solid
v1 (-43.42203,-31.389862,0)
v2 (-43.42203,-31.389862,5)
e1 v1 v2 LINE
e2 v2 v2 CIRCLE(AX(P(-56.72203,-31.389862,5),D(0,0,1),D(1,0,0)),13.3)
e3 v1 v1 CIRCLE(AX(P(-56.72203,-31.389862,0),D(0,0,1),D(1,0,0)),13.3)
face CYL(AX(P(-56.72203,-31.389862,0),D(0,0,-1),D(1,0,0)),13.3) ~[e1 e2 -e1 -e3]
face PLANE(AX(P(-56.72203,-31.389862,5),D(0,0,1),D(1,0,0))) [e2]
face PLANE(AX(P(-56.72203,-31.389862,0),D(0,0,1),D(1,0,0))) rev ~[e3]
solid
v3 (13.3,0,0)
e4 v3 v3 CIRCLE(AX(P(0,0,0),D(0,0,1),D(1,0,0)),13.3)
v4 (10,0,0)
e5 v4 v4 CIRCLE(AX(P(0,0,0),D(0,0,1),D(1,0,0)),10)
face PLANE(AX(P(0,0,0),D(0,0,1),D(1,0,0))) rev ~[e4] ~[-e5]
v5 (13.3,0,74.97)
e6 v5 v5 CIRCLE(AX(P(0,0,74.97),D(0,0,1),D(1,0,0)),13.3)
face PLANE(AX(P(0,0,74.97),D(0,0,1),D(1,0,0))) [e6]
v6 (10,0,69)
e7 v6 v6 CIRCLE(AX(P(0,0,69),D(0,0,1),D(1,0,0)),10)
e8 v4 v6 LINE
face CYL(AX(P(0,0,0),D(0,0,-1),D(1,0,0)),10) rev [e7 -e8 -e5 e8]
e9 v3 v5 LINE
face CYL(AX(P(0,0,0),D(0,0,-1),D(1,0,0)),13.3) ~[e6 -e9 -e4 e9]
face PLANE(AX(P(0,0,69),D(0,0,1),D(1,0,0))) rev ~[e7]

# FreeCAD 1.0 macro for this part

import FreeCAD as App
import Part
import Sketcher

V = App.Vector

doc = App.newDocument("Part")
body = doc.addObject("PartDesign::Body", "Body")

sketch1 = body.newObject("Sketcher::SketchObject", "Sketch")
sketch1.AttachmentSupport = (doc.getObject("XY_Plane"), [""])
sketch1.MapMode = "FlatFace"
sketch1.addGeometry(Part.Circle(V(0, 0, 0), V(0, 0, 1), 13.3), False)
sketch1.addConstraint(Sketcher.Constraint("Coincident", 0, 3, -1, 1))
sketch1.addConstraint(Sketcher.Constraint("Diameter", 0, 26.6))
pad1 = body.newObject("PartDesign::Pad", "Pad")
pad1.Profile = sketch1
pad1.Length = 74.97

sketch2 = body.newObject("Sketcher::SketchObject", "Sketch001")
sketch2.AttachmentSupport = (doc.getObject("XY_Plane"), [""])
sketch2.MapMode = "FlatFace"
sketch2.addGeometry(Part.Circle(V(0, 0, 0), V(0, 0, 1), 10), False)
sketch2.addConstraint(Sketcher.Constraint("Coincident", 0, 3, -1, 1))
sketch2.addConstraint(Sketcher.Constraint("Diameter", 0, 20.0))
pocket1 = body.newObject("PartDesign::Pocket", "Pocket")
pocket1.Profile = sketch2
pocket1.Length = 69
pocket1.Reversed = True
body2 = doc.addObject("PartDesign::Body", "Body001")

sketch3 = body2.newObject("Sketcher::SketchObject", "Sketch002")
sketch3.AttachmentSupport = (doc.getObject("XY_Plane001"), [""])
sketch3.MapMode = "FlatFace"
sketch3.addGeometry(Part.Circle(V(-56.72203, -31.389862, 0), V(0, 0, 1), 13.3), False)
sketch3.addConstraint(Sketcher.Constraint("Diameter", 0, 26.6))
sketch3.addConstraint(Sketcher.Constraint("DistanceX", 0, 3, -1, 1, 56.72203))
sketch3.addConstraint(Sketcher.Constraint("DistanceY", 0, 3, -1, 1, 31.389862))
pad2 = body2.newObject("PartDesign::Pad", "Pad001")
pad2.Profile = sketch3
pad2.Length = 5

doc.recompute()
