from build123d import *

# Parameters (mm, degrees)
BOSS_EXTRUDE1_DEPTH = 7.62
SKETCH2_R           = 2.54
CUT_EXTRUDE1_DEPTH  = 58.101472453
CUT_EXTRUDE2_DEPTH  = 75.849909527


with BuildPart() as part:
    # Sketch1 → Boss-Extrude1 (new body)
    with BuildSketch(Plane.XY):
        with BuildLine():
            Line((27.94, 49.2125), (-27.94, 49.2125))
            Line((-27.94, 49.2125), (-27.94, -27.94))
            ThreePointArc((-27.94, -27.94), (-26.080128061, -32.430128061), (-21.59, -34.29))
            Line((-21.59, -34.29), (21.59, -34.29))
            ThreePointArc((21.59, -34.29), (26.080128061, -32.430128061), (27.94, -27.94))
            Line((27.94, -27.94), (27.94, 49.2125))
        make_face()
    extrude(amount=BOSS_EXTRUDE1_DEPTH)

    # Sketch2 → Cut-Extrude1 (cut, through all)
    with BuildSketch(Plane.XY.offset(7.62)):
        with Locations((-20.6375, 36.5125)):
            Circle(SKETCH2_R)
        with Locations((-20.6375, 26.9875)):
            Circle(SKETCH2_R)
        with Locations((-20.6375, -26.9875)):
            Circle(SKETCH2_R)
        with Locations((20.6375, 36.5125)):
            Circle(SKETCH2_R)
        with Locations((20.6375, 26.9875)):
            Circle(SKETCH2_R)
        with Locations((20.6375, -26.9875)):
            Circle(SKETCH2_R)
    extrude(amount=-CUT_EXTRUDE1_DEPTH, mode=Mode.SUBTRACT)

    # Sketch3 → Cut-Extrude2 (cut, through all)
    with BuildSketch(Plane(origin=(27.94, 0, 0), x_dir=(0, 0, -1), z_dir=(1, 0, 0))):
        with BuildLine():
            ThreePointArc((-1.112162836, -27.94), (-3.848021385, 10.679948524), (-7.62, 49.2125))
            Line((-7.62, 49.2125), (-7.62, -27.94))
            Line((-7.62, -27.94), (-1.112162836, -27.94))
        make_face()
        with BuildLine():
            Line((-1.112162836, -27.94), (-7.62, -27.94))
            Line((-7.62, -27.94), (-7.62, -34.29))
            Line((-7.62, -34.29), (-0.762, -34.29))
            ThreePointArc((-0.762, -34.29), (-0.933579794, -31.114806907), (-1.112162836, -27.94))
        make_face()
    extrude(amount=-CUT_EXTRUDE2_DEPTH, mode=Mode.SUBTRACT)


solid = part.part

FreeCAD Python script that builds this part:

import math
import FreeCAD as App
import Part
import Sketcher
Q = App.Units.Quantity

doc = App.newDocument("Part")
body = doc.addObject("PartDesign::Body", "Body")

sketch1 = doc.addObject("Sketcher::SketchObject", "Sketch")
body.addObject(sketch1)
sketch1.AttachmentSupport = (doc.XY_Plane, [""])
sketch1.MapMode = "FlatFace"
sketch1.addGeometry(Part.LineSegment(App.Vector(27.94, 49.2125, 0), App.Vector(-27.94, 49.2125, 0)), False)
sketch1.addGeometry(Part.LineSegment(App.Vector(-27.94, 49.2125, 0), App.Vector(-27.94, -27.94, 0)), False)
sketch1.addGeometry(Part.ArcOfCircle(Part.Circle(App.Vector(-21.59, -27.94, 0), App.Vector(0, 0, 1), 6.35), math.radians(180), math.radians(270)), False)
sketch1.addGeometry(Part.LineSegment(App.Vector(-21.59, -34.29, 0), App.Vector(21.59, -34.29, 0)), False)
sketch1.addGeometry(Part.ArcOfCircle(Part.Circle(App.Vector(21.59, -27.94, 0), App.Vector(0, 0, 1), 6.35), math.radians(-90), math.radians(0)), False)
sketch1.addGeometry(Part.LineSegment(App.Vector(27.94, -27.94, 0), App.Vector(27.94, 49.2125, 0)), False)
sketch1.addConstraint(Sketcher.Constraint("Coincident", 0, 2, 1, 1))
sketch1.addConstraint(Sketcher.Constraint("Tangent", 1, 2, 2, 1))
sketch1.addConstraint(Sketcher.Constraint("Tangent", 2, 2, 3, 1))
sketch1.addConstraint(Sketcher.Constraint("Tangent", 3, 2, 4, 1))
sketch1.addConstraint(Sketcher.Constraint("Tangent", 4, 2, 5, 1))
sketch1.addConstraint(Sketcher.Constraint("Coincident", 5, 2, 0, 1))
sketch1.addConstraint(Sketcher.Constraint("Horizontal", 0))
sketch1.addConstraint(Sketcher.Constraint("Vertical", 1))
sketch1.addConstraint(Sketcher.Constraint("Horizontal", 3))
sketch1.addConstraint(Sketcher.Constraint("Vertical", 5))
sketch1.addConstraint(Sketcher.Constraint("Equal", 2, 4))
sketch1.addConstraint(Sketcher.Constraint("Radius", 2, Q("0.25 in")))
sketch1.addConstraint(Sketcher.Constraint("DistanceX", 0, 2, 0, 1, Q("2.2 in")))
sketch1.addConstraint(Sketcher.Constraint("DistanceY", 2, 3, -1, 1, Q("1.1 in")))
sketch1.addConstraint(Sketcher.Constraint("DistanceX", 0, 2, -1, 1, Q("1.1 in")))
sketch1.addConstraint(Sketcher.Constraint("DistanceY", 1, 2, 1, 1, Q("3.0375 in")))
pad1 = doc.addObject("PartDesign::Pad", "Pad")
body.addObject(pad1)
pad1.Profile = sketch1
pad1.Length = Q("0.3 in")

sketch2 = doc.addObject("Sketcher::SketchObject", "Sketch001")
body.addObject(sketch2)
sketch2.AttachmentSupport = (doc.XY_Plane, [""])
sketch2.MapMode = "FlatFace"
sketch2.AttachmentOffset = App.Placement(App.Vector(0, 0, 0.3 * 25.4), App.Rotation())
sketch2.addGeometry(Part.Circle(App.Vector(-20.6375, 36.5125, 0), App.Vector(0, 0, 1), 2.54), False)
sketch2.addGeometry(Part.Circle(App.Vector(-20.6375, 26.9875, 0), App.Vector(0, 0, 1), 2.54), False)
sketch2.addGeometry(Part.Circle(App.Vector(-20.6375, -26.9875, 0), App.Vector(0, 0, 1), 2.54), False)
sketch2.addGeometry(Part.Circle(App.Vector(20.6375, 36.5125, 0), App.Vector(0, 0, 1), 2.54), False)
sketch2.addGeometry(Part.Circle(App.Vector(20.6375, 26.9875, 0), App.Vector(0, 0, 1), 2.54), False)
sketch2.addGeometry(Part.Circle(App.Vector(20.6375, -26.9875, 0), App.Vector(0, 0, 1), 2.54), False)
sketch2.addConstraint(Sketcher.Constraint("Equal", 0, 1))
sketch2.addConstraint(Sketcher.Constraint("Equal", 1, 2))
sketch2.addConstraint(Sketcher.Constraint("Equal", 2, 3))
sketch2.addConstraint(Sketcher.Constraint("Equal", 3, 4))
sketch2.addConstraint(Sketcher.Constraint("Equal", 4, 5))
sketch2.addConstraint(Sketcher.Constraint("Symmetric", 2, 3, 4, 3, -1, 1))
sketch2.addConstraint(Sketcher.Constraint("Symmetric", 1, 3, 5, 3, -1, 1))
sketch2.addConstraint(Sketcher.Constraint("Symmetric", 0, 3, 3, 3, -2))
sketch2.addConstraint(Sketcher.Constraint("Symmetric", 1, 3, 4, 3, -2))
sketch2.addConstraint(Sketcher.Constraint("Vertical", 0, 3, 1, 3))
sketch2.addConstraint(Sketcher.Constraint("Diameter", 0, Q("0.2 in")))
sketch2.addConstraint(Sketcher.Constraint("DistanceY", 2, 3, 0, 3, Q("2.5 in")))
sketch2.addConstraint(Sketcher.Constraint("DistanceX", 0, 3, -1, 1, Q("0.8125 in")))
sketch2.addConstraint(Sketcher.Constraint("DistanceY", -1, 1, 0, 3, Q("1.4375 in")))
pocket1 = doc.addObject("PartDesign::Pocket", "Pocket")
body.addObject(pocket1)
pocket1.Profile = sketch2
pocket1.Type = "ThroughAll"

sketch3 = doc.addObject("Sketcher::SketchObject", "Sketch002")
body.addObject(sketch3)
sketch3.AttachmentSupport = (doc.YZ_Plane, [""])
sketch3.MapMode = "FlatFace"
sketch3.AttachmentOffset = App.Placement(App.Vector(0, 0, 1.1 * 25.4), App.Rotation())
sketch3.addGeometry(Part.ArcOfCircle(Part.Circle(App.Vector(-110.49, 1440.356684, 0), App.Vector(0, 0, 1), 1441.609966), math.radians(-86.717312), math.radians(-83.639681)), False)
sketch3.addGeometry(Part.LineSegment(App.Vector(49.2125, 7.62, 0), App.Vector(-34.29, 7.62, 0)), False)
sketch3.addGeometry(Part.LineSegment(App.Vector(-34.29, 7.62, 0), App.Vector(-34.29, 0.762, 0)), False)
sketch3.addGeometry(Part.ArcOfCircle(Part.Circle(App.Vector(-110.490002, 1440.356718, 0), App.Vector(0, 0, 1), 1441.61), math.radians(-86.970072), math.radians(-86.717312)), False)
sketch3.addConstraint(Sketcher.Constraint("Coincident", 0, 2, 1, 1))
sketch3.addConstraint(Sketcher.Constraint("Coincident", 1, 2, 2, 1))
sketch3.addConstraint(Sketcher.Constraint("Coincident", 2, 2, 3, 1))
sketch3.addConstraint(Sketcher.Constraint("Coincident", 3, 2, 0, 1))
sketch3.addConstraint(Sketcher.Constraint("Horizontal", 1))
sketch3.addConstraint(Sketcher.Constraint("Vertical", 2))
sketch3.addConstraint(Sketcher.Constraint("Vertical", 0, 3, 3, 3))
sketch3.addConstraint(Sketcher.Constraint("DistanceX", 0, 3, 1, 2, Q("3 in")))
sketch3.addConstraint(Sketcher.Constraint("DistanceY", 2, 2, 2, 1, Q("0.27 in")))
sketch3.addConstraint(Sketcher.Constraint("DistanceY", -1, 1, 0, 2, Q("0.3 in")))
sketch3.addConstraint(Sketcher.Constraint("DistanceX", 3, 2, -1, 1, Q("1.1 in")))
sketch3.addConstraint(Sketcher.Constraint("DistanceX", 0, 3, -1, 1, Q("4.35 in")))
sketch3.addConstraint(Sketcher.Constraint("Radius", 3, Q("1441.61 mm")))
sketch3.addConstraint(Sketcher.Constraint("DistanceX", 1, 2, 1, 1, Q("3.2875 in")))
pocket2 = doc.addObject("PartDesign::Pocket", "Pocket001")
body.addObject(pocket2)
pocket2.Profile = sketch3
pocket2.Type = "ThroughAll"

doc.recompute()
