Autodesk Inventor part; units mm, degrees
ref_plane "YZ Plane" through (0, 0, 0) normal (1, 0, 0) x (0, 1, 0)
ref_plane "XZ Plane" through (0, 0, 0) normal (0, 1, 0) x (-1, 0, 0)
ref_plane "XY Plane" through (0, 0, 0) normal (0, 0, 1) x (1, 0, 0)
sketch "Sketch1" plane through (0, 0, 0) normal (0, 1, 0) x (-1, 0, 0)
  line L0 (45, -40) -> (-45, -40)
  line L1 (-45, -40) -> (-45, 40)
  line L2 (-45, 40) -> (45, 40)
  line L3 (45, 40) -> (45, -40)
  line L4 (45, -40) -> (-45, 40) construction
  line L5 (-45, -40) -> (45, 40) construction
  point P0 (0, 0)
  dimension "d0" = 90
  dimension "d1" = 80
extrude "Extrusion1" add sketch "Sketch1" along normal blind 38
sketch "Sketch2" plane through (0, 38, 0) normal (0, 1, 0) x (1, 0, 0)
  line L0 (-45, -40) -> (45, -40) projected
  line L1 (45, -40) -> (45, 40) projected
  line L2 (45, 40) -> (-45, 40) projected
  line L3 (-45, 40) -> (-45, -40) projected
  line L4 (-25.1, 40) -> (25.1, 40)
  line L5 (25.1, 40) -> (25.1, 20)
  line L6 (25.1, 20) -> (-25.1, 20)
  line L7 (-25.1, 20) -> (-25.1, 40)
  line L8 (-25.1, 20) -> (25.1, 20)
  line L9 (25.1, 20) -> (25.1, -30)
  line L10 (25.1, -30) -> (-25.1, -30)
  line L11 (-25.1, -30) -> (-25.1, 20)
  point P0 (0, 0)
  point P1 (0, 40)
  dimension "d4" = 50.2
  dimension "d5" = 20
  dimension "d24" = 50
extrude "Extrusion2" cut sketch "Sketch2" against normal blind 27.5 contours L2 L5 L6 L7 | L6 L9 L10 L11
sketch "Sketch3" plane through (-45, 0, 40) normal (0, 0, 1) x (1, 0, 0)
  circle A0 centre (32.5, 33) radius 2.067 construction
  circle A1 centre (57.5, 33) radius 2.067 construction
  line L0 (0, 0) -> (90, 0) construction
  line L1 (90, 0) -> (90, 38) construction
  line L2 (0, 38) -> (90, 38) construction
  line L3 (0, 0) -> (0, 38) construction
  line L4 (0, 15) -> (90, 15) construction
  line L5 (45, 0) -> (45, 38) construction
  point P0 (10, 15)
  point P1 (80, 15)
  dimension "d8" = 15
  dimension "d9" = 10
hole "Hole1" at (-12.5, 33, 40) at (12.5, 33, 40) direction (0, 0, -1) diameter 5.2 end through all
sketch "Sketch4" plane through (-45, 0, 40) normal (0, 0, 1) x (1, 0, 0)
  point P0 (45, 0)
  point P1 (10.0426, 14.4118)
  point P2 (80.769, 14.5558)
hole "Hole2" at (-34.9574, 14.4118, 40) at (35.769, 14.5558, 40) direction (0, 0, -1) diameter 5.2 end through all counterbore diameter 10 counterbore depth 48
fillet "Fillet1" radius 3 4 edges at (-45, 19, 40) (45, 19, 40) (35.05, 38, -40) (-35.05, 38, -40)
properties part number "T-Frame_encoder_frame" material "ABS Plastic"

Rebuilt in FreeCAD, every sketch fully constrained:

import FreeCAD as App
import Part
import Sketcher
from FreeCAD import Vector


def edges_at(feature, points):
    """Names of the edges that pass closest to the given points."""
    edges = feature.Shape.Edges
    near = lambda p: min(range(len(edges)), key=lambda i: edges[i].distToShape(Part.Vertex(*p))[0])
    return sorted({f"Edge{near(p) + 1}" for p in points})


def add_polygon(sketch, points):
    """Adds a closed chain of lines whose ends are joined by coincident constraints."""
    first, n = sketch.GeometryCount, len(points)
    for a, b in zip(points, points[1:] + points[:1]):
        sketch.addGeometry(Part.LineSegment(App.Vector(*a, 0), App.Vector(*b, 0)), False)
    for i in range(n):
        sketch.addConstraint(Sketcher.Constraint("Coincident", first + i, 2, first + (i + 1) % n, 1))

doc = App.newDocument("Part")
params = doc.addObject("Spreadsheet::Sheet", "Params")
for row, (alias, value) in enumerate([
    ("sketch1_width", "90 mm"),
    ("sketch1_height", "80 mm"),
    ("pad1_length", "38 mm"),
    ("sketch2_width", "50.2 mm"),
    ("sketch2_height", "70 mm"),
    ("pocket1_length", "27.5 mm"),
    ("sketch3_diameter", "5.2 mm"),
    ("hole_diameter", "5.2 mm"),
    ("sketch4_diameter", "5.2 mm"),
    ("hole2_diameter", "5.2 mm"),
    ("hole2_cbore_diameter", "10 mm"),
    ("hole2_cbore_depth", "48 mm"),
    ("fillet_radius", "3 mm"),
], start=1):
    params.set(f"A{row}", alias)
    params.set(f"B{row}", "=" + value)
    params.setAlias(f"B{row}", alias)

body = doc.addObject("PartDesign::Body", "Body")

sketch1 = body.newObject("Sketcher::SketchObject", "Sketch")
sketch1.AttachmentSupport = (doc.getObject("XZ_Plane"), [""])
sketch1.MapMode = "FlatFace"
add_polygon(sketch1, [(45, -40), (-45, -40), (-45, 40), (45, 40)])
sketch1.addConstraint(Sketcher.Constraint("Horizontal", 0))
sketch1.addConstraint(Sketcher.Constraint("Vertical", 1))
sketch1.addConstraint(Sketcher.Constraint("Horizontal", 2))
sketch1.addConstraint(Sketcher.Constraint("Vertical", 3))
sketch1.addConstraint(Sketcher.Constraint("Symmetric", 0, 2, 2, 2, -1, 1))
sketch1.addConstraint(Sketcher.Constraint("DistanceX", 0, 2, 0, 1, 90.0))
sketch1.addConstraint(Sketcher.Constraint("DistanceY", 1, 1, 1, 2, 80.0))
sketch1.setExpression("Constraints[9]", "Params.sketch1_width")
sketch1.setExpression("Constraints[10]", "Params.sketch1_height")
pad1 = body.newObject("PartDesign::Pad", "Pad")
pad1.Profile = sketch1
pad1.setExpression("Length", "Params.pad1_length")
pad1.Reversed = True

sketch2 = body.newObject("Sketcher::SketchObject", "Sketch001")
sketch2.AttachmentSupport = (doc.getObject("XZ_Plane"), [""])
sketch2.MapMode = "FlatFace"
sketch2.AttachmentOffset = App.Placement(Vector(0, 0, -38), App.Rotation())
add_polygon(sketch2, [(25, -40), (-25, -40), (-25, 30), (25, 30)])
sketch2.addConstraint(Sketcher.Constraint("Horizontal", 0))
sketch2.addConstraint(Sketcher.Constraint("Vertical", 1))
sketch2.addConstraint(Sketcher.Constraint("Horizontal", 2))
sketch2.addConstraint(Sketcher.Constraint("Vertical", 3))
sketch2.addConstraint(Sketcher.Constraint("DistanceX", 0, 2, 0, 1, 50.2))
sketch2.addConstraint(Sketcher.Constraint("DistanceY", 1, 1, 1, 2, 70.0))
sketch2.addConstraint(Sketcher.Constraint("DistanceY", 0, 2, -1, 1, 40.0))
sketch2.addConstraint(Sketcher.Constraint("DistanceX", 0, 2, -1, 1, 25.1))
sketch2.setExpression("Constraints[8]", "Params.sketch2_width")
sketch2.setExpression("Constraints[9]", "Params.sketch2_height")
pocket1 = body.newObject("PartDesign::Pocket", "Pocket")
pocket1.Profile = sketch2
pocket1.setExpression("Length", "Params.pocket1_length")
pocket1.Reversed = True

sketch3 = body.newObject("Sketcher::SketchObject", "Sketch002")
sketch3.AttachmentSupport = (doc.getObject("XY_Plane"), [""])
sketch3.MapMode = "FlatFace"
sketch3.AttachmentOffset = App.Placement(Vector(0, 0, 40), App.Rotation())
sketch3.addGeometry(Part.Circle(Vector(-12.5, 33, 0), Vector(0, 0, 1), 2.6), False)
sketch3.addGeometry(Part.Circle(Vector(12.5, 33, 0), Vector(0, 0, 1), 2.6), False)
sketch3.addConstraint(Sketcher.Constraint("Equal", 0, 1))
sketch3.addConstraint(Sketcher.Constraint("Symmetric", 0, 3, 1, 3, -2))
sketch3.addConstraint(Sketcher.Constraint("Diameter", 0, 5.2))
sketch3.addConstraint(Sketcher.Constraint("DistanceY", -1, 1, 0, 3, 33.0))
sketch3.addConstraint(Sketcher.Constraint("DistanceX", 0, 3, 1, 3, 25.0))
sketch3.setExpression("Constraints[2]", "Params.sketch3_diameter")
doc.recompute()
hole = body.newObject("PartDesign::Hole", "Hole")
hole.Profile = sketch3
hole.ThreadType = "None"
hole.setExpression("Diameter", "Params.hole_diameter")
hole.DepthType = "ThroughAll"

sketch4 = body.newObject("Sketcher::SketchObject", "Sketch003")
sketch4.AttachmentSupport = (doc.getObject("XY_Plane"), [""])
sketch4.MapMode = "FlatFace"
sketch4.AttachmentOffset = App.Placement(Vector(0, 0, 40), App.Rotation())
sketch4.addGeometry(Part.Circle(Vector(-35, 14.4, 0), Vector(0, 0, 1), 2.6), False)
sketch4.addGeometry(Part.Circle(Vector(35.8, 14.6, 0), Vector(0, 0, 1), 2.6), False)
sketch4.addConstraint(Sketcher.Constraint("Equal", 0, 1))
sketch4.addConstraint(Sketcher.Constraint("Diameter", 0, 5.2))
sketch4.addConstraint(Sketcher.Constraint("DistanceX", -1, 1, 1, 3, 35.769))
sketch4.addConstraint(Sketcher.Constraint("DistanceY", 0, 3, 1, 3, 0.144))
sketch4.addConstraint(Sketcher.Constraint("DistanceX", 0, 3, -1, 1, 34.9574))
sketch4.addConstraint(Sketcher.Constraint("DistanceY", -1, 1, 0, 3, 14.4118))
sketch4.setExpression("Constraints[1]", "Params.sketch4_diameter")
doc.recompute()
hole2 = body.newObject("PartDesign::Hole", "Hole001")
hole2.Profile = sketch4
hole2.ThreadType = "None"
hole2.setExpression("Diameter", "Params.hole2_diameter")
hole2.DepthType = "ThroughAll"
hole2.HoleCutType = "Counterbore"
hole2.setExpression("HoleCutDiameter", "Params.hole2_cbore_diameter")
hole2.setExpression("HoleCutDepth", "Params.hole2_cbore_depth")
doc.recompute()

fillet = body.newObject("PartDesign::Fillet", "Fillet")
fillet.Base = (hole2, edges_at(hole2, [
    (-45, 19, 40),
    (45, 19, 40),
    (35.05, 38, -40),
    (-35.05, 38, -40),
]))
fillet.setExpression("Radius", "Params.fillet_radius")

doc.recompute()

##############################

WORK REQUEST => Word for word, restate the listing above from its first line to the line with "v5 (13.3,0,74.97)", keeping both.

RESULT =>
solid
v1 (-43.42203,-31.389862,0)
v2 (-43.42203,-31.389862,5)
e1 v1 v2 LINE
e2 v2 v2 CIRCLE(AX(P(-56.72203,-31.389862,5),D(0,0,1),D(1,0,0)),13.3)
e3 v1 v1 CIRCLE(AX(P(-56.72203,-31.389862,0),D(0,0,1),D(1,0,0)),13.3)
face CYL(AX(P(-56.72203,-31.389862,0),D(0,0,-1),D(1,0,0)),13.3) ~[e1 e2 -e1 -e3]
face PLANE(AX(P(-56.72203,-31.389862,5),D(0,0,1),D(1,0,0))) [e2]
face PLANE(AX(P(-56.72203,-31.389862,0),D(0,0,1),D(1,0,0))) rev ~[e3]
solid
v3 (13.3,0,0)
e4 v3 v3 CIRCLE(AX(P(0,0,0),D(0,0,1),D(1,0,0)),13.3)
v4 (10,0,0)
e5 v4 v4 CIRCLE(AX(P(0,0,0),D(0,0,1),D(1,0,0)),10)
face PLANE(AX(P(0,0,0),D(0,0,1),D(1,0,0))) rev ~[e4] ~[-e5]
v5 (13.3,0,74.97)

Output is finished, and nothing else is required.